A small insert map said it all. When the “tussle” — as one Western news agency put it — between China, Japan and Taiwan over ownership of islands in the East China Sea spilled over into the prime display advertising real estate of the New York Times and the Washington Post on Sept. 28 after the Chinese Communist Party (CCP) took out expensive double-page ads in both papers, there was an important detail that almost every news outlet in Taiwan, Japan and the US missed.
On the small map accompanying both ads, the CCP cartographers put China and Taiwan in the same color code, implying that Taiwan is part of the People’s Republic of China — and worse, the CCP map, accepted as legitimate by the New York Times advertising department, displayed the words “Taiwan Island” printed over the sovereign nation of Taiwan.
Also in small print below the map, an attentive reader could make out the following text which was credited as being sourced from the PRC’s State Oceanic Administration: “[The] Diaoyu [釣魚] Islands ... are located to the northeast of China’s Taiwan Island ... and are affiliated to Taiwan Island.”
Say that again? China administers an island called “Taiwan Island”? And these Diaoyu islands are “affiliated” to “Taiwan Island”? And both the New York Times and the Washington Post accepted this as a paid ad in their pages? The directors of the advertising departments of both papers should be ashamed of themselves for allowing a bully ad like that to appear without any fact checking or editing.
In fact, the map and its caption were accepted by both the New York Times and the Washington Post without as much as a peep from either of the papers’ reporters or editors. While the centerfold display ad in the New York Times — “among the most expensive real estate in all of journalism,” as one reporter put it — was reported to have been “purchased by the China Daily newspaper,” in fact, since the China Daily is a state-run newspaper of the CCP, the funds for the purchase came directly from the Chinese government.

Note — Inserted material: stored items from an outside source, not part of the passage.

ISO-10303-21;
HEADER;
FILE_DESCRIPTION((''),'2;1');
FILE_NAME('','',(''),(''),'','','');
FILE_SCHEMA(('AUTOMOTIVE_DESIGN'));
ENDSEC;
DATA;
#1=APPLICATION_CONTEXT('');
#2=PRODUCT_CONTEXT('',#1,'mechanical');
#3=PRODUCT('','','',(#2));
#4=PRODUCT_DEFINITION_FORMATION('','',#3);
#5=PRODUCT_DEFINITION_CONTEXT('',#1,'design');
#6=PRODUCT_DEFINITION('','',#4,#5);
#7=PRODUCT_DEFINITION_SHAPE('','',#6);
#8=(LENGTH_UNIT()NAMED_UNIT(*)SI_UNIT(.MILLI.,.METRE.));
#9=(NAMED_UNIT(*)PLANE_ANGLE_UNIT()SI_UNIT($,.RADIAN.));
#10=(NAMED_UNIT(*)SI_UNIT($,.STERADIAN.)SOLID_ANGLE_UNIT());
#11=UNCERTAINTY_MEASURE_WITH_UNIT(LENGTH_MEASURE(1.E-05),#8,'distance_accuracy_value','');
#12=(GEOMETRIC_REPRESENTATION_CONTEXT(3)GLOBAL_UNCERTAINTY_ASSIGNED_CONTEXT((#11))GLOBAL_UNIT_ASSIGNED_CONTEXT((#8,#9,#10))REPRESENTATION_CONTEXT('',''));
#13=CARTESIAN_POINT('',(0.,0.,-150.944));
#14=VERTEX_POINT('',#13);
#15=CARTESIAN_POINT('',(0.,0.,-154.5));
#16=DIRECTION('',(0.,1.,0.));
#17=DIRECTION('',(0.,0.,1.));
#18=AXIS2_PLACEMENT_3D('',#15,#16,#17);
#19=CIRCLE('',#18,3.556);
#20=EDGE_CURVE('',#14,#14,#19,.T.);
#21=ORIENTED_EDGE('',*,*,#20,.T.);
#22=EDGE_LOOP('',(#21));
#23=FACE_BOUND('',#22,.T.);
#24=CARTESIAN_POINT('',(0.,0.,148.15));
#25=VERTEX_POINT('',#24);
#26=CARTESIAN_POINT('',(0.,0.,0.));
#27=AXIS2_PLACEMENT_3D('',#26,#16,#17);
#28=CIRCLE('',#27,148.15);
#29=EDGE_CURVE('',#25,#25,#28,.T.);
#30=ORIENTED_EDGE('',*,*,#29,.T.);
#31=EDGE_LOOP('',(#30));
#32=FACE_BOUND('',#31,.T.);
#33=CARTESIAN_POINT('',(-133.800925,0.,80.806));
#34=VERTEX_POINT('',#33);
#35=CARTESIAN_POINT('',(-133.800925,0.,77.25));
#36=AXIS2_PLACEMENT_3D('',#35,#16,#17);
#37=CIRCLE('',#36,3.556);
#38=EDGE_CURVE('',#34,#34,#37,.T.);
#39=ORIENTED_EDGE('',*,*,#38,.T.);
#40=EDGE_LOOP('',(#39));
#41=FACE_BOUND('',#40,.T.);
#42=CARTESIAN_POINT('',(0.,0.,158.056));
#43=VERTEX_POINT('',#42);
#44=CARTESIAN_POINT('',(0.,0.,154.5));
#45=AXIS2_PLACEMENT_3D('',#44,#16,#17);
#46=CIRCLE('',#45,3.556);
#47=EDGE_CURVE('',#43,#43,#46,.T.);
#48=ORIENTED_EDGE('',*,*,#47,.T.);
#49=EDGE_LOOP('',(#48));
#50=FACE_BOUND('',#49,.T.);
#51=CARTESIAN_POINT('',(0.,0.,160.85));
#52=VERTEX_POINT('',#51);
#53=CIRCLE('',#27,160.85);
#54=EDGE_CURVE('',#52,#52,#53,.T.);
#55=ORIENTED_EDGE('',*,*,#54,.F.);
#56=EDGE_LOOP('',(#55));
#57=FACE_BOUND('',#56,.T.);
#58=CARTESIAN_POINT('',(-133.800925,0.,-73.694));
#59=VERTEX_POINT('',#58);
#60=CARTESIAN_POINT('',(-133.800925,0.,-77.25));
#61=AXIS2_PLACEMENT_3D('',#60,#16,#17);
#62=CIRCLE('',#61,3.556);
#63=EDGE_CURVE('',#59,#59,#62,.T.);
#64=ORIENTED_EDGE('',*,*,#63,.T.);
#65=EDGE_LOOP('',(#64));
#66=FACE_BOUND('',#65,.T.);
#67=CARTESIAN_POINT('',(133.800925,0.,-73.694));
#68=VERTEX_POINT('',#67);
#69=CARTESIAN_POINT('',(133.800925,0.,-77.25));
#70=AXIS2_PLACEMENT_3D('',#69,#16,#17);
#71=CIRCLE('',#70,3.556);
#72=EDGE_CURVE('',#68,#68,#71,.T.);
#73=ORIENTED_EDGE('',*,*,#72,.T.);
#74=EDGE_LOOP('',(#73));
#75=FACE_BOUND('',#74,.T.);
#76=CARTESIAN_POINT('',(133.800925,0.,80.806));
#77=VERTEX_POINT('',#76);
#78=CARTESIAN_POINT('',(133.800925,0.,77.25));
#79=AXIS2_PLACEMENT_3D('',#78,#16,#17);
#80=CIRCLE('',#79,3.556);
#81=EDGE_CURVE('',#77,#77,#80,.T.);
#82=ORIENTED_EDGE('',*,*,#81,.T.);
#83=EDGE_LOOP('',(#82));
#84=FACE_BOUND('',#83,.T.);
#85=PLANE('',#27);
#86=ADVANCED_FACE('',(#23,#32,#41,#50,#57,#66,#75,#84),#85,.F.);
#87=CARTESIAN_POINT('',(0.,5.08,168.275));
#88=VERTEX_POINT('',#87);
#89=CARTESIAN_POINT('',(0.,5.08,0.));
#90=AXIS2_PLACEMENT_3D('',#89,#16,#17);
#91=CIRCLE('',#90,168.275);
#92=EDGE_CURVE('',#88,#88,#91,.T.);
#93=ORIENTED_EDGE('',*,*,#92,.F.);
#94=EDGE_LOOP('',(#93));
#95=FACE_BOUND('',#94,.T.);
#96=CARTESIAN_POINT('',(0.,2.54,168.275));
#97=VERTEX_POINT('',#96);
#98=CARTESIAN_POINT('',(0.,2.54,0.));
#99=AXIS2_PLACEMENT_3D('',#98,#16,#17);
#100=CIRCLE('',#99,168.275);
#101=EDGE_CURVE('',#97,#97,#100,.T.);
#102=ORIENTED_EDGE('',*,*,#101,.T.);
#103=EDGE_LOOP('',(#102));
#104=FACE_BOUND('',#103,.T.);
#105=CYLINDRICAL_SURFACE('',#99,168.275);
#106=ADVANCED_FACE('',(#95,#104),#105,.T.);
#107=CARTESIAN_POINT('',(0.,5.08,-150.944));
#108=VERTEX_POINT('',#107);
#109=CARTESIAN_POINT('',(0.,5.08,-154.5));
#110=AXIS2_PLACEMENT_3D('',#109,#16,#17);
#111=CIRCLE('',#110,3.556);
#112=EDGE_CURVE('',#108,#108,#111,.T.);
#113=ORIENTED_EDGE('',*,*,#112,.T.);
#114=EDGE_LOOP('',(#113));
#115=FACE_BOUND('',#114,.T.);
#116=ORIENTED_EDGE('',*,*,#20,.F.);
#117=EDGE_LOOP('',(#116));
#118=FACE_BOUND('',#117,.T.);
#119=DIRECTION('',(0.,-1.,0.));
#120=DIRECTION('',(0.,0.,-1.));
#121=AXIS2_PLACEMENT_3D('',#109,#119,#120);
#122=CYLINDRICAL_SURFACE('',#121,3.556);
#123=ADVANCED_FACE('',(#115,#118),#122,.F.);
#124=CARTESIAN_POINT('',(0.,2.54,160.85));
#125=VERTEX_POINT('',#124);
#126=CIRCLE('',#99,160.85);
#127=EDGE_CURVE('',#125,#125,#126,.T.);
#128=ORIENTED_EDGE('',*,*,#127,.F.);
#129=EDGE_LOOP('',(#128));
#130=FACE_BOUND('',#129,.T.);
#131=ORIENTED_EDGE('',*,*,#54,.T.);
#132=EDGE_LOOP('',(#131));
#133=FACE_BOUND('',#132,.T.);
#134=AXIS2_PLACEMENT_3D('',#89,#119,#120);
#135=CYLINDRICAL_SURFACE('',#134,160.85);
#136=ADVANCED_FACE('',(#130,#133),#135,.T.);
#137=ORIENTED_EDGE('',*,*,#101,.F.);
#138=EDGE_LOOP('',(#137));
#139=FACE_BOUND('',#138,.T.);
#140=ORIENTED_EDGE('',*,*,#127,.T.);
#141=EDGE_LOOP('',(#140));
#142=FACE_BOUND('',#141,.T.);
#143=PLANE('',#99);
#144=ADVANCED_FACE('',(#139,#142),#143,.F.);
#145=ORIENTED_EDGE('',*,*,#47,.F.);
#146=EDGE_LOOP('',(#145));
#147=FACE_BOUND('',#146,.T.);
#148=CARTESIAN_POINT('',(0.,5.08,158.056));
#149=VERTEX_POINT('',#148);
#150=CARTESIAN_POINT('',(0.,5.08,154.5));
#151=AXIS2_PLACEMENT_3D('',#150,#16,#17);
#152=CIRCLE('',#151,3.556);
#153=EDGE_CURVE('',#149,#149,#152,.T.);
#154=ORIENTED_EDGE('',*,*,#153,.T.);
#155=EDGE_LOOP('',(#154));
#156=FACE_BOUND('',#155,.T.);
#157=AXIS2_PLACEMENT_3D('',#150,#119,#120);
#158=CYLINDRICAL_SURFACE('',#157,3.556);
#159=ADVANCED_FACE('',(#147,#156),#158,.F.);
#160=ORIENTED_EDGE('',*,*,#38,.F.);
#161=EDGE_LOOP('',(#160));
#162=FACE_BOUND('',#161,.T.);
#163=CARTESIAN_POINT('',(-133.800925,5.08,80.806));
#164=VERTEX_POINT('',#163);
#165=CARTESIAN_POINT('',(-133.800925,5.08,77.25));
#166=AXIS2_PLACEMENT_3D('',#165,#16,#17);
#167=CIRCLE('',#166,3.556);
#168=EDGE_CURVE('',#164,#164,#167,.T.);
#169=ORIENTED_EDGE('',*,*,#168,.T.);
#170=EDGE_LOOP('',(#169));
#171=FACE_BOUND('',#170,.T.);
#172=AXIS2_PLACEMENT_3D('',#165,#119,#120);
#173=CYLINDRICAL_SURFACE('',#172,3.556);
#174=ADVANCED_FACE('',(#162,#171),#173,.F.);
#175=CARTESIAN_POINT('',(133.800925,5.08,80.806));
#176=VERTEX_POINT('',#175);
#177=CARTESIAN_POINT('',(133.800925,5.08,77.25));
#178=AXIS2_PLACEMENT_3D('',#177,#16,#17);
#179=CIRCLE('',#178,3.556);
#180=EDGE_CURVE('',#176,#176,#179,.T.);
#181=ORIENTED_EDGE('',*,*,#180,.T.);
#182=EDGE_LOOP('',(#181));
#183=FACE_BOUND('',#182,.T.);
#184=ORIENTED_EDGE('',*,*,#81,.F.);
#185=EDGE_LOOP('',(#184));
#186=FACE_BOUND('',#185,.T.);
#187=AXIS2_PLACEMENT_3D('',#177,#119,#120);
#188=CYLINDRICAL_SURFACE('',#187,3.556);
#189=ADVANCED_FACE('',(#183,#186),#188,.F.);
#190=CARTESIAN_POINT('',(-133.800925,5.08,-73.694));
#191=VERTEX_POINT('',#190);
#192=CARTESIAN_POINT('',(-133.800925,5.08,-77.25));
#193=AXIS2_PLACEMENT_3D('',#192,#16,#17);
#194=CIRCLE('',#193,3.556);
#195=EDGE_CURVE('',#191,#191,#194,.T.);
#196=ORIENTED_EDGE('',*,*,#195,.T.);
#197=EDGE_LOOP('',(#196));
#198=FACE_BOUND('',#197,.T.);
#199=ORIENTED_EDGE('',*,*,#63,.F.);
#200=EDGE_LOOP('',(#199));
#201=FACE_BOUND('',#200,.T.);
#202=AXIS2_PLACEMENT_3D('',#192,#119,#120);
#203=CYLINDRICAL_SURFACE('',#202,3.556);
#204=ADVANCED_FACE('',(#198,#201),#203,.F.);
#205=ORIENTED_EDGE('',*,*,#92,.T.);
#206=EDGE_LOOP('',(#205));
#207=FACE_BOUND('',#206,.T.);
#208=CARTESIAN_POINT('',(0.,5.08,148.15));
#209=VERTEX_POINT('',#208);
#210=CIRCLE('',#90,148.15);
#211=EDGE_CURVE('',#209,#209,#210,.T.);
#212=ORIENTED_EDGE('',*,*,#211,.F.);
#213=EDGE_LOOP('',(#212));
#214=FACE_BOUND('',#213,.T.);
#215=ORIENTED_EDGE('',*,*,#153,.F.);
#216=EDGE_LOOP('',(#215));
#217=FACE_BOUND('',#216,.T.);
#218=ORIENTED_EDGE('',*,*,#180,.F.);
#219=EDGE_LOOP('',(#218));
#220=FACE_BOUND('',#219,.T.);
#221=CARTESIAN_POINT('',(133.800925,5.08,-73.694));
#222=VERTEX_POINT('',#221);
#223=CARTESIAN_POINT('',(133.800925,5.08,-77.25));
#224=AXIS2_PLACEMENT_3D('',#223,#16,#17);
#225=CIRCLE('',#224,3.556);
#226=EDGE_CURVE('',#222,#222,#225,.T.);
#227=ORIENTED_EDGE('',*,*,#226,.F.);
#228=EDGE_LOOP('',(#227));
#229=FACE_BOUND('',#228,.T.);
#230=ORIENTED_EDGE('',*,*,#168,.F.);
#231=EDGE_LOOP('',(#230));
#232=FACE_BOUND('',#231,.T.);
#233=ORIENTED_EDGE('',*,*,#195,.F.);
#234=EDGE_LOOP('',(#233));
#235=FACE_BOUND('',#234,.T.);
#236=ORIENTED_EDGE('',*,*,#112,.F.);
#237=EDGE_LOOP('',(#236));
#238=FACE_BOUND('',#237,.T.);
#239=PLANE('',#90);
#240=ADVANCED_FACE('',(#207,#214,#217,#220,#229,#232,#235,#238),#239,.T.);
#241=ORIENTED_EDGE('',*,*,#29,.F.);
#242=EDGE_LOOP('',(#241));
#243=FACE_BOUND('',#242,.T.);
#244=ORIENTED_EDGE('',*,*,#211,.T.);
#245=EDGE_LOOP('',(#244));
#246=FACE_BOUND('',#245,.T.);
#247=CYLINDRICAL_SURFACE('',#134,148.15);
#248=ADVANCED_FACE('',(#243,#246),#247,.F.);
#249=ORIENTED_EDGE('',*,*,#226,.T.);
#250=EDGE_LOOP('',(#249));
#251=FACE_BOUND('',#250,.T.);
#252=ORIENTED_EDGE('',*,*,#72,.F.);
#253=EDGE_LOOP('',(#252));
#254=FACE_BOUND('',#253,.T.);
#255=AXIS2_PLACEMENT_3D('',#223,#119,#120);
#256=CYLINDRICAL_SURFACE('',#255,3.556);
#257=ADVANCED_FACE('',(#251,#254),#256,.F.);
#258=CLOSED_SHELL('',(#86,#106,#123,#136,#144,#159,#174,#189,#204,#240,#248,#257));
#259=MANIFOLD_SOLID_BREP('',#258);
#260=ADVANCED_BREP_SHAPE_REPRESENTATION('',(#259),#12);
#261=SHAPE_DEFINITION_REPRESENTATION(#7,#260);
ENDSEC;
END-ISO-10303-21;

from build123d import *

# Parameters (mm, degrees)
SKETCH1_R           = 160.85
SKETCH1_R_2         = 3.556
SKETCH1_R_3         = 148.15
BOSS_EXTRUDE1_DEPTH = 5.08
SKETCH2_R           = 168.275
SKETCH2_R_2         = 160.85
BOSS_EXTRUDE2_DEPTH = 2.54


with BuildPart() as part:
    # Sketch1 → Boss-Extrude1 (new body)
    with BuildSketch(Plane(origin=(0, 0, 0), x_dir=(1, 0, 0), z_dir=(0, 1, 0))):
        Circle(SKETCH1_R)
        with Locations((0, 154.5)):
            Circle(SKETCH1_R_2, mode=Mode.SUBTRACT)
        with Locations((133.800924885, 77.25)):
            Circle(SKETCH1_R_2, mode=Mode.SUBTRACT)
        with Locations((133.800924885, -77.25)):
            Circle(SKETCH1_R_2, mode=Mode.SUBTRACT)
        with Locations((0, -154.5)):
            Circle(SKETCH1_R_2, mode=Mode.SUBTRACT)
        with Locations((-133.800924885, -77.25)):
            Circle(SKETCH1_R_2, mode=Mode.SUBTRACT)
        with Locations((-133.800924885, 77.25)):
            Circle(SKETCH1_R_2, mode=Mode.SUBTRACT)
        Circle(SKETCH1_R_3, mode=Mode.SUBTRACT)
    extrude(amount=BOSS_EXTRUDE1_DEPTH)

    # Sketch2 → Boss-Extrude2 (add)
    with BuildSketch(Plane(origin=(0, 5.08, 0), x_dir=(1, 0, 0), z_dir=(0, 1, 0))):
        Circle(SKETCH2_R)
        Circle(SKETCH2_R_2, mode=Mode.SUBTRACT)
    extrude(amount=-BOSS_EXTRUDE2_DEPTH)


solid = part.part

Hiroshi Ito, a Japanese reporter for the Asahi Shimbun in Tokyo, put it this way: “China Daily, a China-based English-language newspaper, sponsored the ads, which both show a photo and a map of the Senkaku Islands to bolster China’s position in the territorial dispute. The ads argue that the name Diaoyu Island [釣魚島], the largest of the group — called Uotsurishima in Japanese — was found in a book published in 1403, which shows that China had discovered and named it by the 14th and 15th centuries.”
Ito noted that after the ads appeared in the Times and the Post, the Japanese embassy in Washington and the Japanese Consulate General in New York filed protests with both newspapers, citing factual errors.
However, did the ROC file any protest with the papers, citing factual errors in the insert map’s caption that referred to the ROC as “Taiwan Island”?
Ito further reported that both the New York Times and the Washington Post’s editors denied that their newspapers supported the content of the CCP advertisements, saying they would also take notice of the fact that the Japanese government had filed a protest. However, did anyone in the Republic of China government think to file a protest over the name for Taiwan that China used in the ads which appeared in the New York Times?
The insert map is so small that it hardly matters. Yet in a world where China matters so much, Taiwan matters even more because Taiwan practices democracy and trumpets freedom, and China does not.
China has every right to take out full-page ads in Western newspapers, saying whatever it wants to say, but should those ads be allowed to present falsehoods to readers? Despite the small size of the insert map in the ad, the mislabeling of Taiwan is a big thing. Because every time China gets away with a lie, it paves the way for more CCP lies in the future.
Germany practiced this kind of deception in the 1930s and 1940s and look what happened. The former Soviet Union practiced those kinds of deceptions on a daily basis, too. When will the world wake up to China’s devious deceptions as well, even when they appear in very fine print in very small maps printed in the New York Times?
Dan Bloom is a freelance writer in Taiwan.